Book Reviews,  Europe,  History,  NON FICTION

SPQR by Mary Beard *** (of 4)

It is no simple task to recount the thousand year history of the Ancient Roman empire.  It isn’t even easy to determine when the empire begins or ends.  Compounding the difficulty is Roman proclivity toward record keeping meaning that they have left behind an extensive written record.  Moreover, Roman history has been studied and venerated by western historians for nearly two millennia.  What makes SPQR stand apart is the clarity with which Mary Beard tells the tale.  As a reader you sense that Beard has spent a lifetime reading original texts in Latin as well as innumerable treatises of historical analysis that followed.
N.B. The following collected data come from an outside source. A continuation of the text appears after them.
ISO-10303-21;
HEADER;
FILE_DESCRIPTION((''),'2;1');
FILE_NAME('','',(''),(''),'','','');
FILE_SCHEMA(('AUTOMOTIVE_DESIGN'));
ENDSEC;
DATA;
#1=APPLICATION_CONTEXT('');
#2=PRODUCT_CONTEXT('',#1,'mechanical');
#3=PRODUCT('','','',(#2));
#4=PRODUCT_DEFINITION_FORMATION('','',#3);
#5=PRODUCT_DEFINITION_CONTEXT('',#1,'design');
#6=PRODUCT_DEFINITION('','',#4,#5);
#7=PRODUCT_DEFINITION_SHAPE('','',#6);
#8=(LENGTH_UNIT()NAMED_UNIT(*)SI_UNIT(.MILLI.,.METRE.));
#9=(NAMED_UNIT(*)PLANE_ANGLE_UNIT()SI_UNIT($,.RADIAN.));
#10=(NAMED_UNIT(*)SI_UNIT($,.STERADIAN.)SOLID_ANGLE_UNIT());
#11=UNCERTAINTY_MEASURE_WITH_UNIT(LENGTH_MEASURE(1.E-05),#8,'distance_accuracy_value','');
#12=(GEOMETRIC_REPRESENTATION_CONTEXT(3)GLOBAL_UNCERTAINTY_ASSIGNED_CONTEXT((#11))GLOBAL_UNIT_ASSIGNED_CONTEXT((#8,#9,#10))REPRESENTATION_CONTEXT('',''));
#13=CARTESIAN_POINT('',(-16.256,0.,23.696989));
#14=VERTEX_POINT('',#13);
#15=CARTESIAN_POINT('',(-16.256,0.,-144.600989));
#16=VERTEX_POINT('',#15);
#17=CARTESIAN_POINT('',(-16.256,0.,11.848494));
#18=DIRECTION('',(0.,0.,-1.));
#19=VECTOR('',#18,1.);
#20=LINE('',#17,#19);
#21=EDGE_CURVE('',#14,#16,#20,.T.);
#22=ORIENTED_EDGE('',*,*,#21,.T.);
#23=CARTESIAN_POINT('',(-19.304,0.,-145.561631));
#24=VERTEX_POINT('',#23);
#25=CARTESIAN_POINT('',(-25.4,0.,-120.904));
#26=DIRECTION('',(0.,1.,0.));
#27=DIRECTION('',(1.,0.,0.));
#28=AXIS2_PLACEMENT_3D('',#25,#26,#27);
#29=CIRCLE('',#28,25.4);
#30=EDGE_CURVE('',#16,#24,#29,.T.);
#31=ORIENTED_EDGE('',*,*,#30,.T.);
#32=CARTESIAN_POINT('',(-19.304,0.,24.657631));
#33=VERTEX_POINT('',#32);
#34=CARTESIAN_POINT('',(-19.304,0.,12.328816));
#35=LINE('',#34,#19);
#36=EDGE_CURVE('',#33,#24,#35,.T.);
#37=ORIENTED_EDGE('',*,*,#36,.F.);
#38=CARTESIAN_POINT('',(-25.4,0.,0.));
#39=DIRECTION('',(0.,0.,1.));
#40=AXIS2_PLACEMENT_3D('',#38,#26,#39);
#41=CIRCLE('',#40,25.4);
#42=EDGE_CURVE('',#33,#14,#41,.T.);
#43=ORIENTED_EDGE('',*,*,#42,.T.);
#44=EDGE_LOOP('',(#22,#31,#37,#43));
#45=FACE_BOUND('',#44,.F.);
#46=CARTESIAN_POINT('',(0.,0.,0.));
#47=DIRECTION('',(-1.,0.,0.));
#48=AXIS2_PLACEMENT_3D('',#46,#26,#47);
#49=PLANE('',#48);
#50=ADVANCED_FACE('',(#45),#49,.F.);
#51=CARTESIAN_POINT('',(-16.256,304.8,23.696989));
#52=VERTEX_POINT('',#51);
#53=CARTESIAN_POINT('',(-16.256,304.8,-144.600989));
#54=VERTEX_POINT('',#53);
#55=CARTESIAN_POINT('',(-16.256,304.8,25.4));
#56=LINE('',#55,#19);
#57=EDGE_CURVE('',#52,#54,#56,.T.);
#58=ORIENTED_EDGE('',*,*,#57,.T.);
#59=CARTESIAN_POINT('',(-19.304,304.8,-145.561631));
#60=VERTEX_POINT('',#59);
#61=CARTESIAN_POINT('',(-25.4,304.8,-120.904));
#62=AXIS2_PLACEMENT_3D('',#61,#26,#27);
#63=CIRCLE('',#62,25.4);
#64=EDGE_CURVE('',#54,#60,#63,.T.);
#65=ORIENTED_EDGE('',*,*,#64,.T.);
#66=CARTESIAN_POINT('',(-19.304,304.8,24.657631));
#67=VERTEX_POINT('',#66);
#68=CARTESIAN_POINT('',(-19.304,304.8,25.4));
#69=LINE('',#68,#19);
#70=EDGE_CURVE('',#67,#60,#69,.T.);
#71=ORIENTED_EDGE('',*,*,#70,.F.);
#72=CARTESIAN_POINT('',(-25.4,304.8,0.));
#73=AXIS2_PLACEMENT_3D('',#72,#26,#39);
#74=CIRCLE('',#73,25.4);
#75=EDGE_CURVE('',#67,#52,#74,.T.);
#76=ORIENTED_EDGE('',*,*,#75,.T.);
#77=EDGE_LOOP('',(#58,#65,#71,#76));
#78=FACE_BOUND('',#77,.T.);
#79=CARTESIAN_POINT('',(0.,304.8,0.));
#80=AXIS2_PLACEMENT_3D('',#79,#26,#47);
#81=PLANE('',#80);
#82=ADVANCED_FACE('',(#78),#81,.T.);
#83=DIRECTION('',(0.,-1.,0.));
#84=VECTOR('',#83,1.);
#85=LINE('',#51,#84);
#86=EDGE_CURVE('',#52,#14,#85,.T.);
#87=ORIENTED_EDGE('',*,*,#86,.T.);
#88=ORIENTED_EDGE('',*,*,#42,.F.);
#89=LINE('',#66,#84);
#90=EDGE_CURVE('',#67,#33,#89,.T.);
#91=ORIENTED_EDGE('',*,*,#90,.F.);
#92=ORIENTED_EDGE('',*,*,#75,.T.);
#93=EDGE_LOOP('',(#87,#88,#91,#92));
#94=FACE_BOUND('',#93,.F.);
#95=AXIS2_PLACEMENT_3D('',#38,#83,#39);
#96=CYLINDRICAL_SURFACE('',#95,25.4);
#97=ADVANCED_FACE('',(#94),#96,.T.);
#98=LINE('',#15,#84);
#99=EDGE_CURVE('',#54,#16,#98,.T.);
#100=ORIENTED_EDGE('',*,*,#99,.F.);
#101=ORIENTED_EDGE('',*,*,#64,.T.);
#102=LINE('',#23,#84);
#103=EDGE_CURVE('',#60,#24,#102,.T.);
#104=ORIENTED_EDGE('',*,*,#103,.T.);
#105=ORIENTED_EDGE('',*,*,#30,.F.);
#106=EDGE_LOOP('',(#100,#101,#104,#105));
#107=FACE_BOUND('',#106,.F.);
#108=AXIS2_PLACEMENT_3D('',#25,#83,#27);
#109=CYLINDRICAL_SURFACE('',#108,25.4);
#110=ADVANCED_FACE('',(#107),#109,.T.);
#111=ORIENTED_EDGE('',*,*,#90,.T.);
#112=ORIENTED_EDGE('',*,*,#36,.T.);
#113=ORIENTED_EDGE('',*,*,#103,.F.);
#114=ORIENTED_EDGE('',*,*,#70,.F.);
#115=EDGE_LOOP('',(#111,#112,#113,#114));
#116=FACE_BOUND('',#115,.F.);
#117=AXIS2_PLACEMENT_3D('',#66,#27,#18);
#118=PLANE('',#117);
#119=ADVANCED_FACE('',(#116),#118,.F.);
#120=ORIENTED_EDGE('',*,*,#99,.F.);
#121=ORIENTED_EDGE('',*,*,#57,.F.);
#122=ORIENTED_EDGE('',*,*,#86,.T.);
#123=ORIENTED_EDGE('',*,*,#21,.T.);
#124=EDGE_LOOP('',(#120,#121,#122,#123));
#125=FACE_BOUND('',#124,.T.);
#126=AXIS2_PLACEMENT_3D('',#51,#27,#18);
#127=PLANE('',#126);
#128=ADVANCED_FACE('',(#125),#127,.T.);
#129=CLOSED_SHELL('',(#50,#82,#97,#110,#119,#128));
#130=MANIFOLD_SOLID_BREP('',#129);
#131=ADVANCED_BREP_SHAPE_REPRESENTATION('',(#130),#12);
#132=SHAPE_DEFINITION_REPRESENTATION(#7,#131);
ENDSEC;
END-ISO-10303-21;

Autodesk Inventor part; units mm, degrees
ref_plane "YZ Plane" through (0, 0, 0) normal (1, 0, 0) x (0, 1, 0)
ref_plane "XZ Plane" through (0, 0, 0) normal (0, 1, 0) x (-1, 0, 0)
ref_plane "XY Plane" through (0, 0, 0) normal (0, 0, 1) x (1, 0, 0)
sketch "Sketch1" plane through (0, 0, 0) normal (0, 1, 0) x (-1, 0, 0)
  line L0 (0, 0) -> (25.4, 0)
  line L1 (25.4, 0) -> (25.4, -120.904)
  line L2 (25.4, -120.904) -> (0, -120.904)
  line L3 (0, -120.904) -> (0, 0)
  arc A0 (25.4, 25.4) -> (0, 0) centre (25.4, 0) ccw
  arc A1 (0, -120.904) -> (25.4, -146.304) centre (25.4, -120.904) ccw
  line L4 (25.4, 0) -> (25.4, 25.4)
  line L5 (25.4, -120.904) -> (25.4, -146.304)
  dimension "d0" = 25.4
  dimension "d1" = 120.904
extrude "Extrusion1" add sketch "Sketch1" along normal blind 304.8
sketch "Sketch3" plane through (0, 304.8, 0) normal (0, 1, 0) x (1, 0, 0)
  arc A0 (-25.4, -25.4) -> (0, 0) centre (-25.4, 0) ccw projected
  line L0 (-25.4, -25.4) -> (-19.304, -25.4)
  line L1 (-19.304, -25.4) -> (-19.304, 146.304)
  line L2 (-19.304, 146.304) -> (-25.4, 146.304)
  line L3 (-25.4, 146.304) -> (-25.4, -25.4)
  line L4 (-19.304, -25.4) -> (0, -25.4)
  line L5 (0, -25.4) -> (0, 146.304)
  line L6 (0, 146.304) -> (-19.304, 146.304)
  line L7 (-19.304, 146.304) -> (-19.304, -25.4)
  line L8 (0, 0) -> (0, 120.904) projected
  line L9 (-19.304, -25.4) -> (-16.256, -25.4)
  line L10 (-16.256, -25.4) -> (-16.256, 146.304)
  line L11 (-16.256, 146.304) -> (-19.304, 146.304)
  line L12 (-19.304, 146.304) -> (-19.304, -25.4)
  point P0 (-16.256, -23.697)
  point P1 (0, 0)
  point P2 (-19.304, -24.6576)
  dimension "d4" = 6.096
  dimension "d5" = 171.704
  dimension "d6" = 0
  dimension "d7" = 171.704
  dimension "d8" = 3.048
extrude "Extrusion2" cut sketch "Sketch3" against normal through all contours L3 L2 L1 A0 | L10 L6 L5 A0
properties part number "Battery_platform"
Rather than being muddled by what must be millions of pages of books and records, Beard has the remarkable ability to observe Ancient Rome from a drone and then zoom into examine individual artifacts.  Beginning with the founding of a tiny village in the hills above the River Tiber and continuing until  the wider Roman Empire made all of its inhabitants citizens near the end of the 4th century, Beard repeatedly makes clear what can be known from archaeological evidence and what must then be speculation.  Readers are given the opportunity to evaluate evidence along with her, free to agree or not with her interpretation.  What emerges is a living society with all its contradictions and multiple overlays of countries and cultures, rich and poor, workers and leaders, slaves and freedmen, farmers and laundrymen.  It is a nice departure from the glorification and focus on late Roman emperors as if they were Rome’s entirety.